[[ MATERIAL SUPPLIED open ]]

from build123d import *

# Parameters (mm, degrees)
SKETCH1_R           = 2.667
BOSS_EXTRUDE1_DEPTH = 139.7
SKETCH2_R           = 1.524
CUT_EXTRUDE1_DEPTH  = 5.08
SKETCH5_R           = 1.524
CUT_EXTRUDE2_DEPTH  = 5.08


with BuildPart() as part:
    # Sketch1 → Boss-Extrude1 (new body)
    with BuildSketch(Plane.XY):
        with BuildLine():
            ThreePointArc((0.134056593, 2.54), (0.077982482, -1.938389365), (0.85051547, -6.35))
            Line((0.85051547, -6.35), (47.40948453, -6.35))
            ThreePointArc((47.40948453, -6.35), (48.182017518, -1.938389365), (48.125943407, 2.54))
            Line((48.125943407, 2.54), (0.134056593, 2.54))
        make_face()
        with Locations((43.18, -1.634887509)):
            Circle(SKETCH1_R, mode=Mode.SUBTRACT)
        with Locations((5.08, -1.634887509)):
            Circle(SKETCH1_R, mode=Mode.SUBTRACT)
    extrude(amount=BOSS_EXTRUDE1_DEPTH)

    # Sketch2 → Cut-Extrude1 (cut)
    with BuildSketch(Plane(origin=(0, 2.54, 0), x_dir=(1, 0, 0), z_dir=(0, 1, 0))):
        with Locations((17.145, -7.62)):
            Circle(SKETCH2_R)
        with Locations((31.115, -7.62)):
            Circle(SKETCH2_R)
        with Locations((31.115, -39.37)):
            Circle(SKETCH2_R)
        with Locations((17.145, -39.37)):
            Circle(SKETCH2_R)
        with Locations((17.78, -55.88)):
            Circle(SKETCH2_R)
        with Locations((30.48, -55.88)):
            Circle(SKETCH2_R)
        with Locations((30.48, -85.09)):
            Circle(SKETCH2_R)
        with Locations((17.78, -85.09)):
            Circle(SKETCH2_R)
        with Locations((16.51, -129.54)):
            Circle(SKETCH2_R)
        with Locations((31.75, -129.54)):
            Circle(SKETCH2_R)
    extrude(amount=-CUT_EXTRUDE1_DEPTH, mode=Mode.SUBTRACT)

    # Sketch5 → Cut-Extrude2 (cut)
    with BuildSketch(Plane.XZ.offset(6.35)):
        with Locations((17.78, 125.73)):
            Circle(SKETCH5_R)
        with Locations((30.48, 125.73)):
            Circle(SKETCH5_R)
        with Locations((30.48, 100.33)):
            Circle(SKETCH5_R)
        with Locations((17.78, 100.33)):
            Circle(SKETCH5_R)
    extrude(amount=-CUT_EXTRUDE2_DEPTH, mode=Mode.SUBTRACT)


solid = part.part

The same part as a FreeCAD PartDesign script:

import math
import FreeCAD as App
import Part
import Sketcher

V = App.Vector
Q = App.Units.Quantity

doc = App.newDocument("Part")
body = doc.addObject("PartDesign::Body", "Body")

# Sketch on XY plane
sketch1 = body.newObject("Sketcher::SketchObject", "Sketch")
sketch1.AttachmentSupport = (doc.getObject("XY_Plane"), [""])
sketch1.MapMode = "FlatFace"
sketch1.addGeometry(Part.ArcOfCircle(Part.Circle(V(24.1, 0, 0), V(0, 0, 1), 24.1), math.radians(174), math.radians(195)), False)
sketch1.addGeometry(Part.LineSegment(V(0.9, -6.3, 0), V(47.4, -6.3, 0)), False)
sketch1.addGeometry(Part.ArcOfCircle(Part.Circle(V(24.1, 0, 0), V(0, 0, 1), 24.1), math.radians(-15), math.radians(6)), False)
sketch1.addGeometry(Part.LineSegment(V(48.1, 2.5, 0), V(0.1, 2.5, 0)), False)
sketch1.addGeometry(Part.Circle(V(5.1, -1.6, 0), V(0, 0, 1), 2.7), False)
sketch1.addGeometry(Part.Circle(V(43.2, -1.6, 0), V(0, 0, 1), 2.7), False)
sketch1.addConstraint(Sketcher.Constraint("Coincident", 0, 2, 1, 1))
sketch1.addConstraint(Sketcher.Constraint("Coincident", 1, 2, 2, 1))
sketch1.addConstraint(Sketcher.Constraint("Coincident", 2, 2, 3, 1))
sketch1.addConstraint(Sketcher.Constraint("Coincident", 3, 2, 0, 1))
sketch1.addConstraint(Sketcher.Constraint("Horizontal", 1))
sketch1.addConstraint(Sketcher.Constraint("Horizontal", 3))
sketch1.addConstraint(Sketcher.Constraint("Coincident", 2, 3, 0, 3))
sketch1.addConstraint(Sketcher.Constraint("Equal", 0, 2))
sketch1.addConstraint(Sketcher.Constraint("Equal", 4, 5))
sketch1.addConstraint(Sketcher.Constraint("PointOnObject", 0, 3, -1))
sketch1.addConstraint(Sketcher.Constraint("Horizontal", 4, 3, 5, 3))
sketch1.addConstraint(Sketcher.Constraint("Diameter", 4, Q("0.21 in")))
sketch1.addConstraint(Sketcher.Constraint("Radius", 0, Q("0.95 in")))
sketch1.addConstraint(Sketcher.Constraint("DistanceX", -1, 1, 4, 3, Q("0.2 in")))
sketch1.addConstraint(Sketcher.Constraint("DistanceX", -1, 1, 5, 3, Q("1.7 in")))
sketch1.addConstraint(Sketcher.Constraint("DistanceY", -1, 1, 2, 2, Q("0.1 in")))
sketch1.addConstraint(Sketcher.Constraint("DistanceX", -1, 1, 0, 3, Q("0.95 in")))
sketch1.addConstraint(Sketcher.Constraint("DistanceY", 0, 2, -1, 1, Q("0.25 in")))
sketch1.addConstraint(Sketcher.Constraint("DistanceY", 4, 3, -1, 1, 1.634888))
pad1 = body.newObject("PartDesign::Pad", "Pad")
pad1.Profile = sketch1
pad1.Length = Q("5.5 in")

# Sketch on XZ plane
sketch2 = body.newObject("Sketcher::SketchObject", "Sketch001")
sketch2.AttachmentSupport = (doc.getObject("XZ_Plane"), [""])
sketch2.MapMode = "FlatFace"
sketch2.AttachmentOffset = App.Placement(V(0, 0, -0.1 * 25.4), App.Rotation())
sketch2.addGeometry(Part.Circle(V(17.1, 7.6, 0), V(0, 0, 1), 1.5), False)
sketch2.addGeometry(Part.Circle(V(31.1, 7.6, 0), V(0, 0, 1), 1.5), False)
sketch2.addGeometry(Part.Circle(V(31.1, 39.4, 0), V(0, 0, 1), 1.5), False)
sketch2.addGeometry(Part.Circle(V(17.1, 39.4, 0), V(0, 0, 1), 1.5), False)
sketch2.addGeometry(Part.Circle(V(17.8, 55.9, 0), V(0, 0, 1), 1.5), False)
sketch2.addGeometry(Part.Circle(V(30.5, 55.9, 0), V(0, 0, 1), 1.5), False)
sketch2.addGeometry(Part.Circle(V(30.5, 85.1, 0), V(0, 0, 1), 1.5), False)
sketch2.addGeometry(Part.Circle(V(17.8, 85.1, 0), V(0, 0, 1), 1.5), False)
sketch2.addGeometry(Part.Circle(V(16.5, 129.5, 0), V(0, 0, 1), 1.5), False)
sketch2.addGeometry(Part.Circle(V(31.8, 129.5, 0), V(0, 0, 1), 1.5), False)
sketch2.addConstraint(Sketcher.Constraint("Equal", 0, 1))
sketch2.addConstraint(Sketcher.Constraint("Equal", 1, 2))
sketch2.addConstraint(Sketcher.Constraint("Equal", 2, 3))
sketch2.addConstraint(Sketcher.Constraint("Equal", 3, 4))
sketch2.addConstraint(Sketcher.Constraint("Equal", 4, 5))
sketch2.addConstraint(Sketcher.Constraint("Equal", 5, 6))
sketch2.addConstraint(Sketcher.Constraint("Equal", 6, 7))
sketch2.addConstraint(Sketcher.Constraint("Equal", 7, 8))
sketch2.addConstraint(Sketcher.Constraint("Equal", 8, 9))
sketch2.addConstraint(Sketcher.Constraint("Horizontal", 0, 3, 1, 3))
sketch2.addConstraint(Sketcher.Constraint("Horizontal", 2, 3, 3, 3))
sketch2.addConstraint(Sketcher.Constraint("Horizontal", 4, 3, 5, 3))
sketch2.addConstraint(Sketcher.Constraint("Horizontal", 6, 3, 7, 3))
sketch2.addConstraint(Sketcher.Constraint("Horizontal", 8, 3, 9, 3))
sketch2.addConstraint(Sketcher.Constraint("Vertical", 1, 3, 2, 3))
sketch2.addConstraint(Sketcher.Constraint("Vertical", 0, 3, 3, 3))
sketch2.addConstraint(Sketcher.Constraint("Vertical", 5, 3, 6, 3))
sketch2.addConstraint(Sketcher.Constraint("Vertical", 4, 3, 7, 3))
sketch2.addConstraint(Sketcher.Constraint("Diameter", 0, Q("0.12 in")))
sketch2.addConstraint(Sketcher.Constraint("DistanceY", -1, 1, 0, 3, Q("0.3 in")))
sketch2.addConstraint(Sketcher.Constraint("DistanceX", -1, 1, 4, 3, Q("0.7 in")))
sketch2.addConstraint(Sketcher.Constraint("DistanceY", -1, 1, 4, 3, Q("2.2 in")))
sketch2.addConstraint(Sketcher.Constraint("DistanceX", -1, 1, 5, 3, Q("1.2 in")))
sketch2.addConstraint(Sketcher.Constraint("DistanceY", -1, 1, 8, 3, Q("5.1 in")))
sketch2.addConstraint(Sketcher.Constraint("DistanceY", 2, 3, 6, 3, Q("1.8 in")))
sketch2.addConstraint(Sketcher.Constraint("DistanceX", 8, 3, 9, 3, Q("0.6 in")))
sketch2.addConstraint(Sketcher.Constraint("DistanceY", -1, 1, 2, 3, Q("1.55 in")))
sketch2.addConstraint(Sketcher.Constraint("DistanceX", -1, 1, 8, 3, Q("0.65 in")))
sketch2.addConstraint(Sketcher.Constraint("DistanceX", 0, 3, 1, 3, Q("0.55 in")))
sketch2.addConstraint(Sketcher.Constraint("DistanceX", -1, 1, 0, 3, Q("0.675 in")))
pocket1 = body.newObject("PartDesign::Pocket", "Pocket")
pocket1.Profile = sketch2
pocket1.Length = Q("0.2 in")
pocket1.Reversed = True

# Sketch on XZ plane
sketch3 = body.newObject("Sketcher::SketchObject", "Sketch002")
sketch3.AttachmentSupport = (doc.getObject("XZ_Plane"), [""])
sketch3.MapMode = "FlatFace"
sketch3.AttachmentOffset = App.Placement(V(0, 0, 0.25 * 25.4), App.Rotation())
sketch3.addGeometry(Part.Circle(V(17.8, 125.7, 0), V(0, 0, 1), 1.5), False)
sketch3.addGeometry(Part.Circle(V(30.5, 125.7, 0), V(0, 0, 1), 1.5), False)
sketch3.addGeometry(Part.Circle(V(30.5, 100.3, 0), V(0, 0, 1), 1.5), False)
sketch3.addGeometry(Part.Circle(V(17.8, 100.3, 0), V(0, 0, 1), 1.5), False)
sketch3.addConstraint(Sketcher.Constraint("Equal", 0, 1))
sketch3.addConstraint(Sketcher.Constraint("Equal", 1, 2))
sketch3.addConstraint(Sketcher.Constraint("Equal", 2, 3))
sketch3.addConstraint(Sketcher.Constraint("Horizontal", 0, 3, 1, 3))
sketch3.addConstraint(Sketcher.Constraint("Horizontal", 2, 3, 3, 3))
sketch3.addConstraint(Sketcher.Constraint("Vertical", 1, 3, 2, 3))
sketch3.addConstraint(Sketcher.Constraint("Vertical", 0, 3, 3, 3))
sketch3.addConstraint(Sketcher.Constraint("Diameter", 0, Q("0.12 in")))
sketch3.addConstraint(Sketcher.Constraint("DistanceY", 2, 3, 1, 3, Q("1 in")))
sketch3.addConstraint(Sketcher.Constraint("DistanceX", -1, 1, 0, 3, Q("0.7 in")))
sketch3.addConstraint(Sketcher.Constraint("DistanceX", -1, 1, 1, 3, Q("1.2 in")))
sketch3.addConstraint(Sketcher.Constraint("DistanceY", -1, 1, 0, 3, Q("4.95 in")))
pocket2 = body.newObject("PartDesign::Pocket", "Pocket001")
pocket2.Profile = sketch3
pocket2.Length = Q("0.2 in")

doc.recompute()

[[ MATERIAL SUPPLIED closed ]]
[[ MATERIAL SUPPLIED open ]]

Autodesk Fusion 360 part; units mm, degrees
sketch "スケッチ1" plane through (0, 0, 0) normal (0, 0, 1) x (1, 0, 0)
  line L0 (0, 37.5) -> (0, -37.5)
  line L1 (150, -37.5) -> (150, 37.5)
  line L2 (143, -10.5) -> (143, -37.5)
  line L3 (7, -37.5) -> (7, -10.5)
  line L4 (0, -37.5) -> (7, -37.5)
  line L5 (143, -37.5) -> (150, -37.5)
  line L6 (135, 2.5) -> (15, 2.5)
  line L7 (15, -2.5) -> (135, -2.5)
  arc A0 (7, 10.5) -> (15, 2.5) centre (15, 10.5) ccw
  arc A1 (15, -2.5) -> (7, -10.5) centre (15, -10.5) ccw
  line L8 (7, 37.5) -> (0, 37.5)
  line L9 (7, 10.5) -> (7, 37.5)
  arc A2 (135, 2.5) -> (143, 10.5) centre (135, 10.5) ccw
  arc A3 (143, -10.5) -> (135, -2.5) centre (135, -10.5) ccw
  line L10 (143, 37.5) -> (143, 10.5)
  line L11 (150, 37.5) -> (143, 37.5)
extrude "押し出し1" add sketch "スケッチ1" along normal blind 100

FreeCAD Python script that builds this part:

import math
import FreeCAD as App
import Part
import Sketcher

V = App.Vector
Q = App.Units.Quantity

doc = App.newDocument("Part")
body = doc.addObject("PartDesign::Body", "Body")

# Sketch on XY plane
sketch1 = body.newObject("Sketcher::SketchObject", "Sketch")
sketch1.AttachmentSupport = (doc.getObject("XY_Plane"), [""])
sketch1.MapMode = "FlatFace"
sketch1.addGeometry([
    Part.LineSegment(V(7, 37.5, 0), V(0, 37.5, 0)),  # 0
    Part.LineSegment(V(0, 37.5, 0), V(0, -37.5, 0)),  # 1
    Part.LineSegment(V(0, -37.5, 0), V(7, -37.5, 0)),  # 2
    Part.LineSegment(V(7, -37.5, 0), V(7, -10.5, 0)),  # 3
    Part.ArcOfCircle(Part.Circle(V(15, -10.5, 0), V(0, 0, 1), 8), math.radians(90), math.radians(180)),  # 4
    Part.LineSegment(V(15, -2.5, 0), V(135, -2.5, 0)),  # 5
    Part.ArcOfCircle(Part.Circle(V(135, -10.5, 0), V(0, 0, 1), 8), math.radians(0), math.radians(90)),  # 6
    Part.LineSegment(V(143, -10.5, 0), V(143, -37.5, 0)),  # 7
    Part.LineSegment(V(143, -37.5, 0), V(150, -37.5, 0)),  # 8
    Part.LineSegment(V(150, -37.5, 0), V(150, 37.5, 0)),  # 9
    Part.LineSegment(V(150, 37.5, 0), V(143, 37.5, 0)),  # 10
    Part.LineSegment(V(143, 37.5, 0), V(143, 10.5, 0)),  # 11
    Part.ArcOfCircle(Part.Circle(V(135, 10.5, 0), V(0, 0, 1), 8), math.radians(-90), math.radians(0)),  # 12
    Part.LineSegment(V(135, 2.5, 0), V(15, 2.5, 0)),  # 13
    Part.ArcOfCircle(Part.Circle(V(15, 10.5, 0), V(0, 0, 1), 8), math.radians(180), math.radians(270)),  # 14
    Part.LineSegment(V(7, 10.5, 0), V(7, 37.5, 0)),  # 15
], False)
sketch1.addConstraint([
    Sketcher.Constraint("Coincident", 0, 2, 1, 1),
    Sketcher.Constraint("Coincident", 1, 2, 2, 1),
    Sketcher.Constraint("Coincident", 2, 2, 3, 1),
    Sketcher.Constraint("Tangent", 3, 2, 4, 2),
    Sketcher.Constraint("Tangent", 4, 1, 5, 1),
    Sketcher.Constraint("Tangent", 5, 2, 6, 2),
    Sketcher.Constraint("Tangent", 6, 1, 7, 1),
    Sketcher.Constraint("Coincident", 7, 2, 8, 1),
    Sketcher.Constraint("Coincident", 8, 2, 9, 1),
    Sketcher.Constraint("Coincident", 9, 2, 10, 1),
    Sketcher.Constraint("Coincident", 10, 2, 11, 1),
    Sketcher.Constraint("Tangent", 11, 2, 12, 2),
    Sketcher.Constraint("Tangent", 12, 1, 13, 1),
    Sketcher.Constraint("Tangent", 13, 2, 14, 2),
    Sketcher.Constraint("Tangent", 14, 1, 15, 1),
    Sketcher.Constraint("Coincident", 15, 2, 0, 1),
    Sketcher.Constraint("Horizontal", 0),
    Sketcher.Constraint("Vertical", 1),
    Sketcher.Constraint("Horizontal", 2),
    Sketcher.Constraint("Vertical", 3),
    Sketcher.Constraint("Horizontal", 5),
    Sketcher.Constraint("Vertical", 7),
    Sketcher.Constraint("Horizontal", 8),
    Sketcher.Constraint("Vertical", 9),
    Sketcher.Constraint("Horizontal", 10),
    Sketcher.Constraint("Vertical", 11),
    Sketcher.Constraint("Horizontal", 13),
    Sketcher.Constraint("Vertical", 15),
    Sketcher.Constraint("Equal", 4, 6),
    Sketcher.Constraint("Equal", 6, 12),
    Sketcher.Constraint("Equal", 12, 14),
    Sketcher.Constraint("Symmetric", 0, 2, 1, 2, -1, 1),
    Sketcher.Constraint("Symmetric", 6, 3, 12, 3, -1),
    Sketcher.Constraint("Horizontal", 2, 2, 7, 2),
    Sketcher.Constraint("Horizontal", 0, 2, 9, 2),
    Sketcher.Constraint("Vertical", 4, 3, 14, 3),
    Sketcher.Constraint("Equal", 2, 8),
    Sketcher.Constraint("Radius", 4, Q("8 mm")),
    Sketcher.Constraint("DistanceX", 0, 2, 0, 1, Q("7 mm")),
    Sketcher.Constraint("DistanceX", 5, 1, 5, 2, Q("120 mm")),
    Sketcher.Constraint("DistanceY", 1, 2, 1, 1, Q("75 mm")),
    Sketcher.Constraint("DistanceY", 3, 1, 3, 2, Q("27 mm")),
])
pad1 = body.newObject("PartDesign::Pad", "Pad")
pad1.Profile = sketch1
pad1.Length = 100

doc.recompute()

[[ MATERIAL SUPPLIED closed ]]

> _TASK BRIEF_:
Filter the entries down to the lines that include the string "amount".

> _SOLUTION TO THIS TASK_:
    extrude(amount=BOSS_EXTRUDE1_DEPTH)
    extrude(amount=-CUT_EXTRUDE1_DEPTH, mode=Mode.SUBTRACT)
    extrude(amount=-CUT_EXTRUDE2_DEPTH, mode=Mode.SUBTRACT)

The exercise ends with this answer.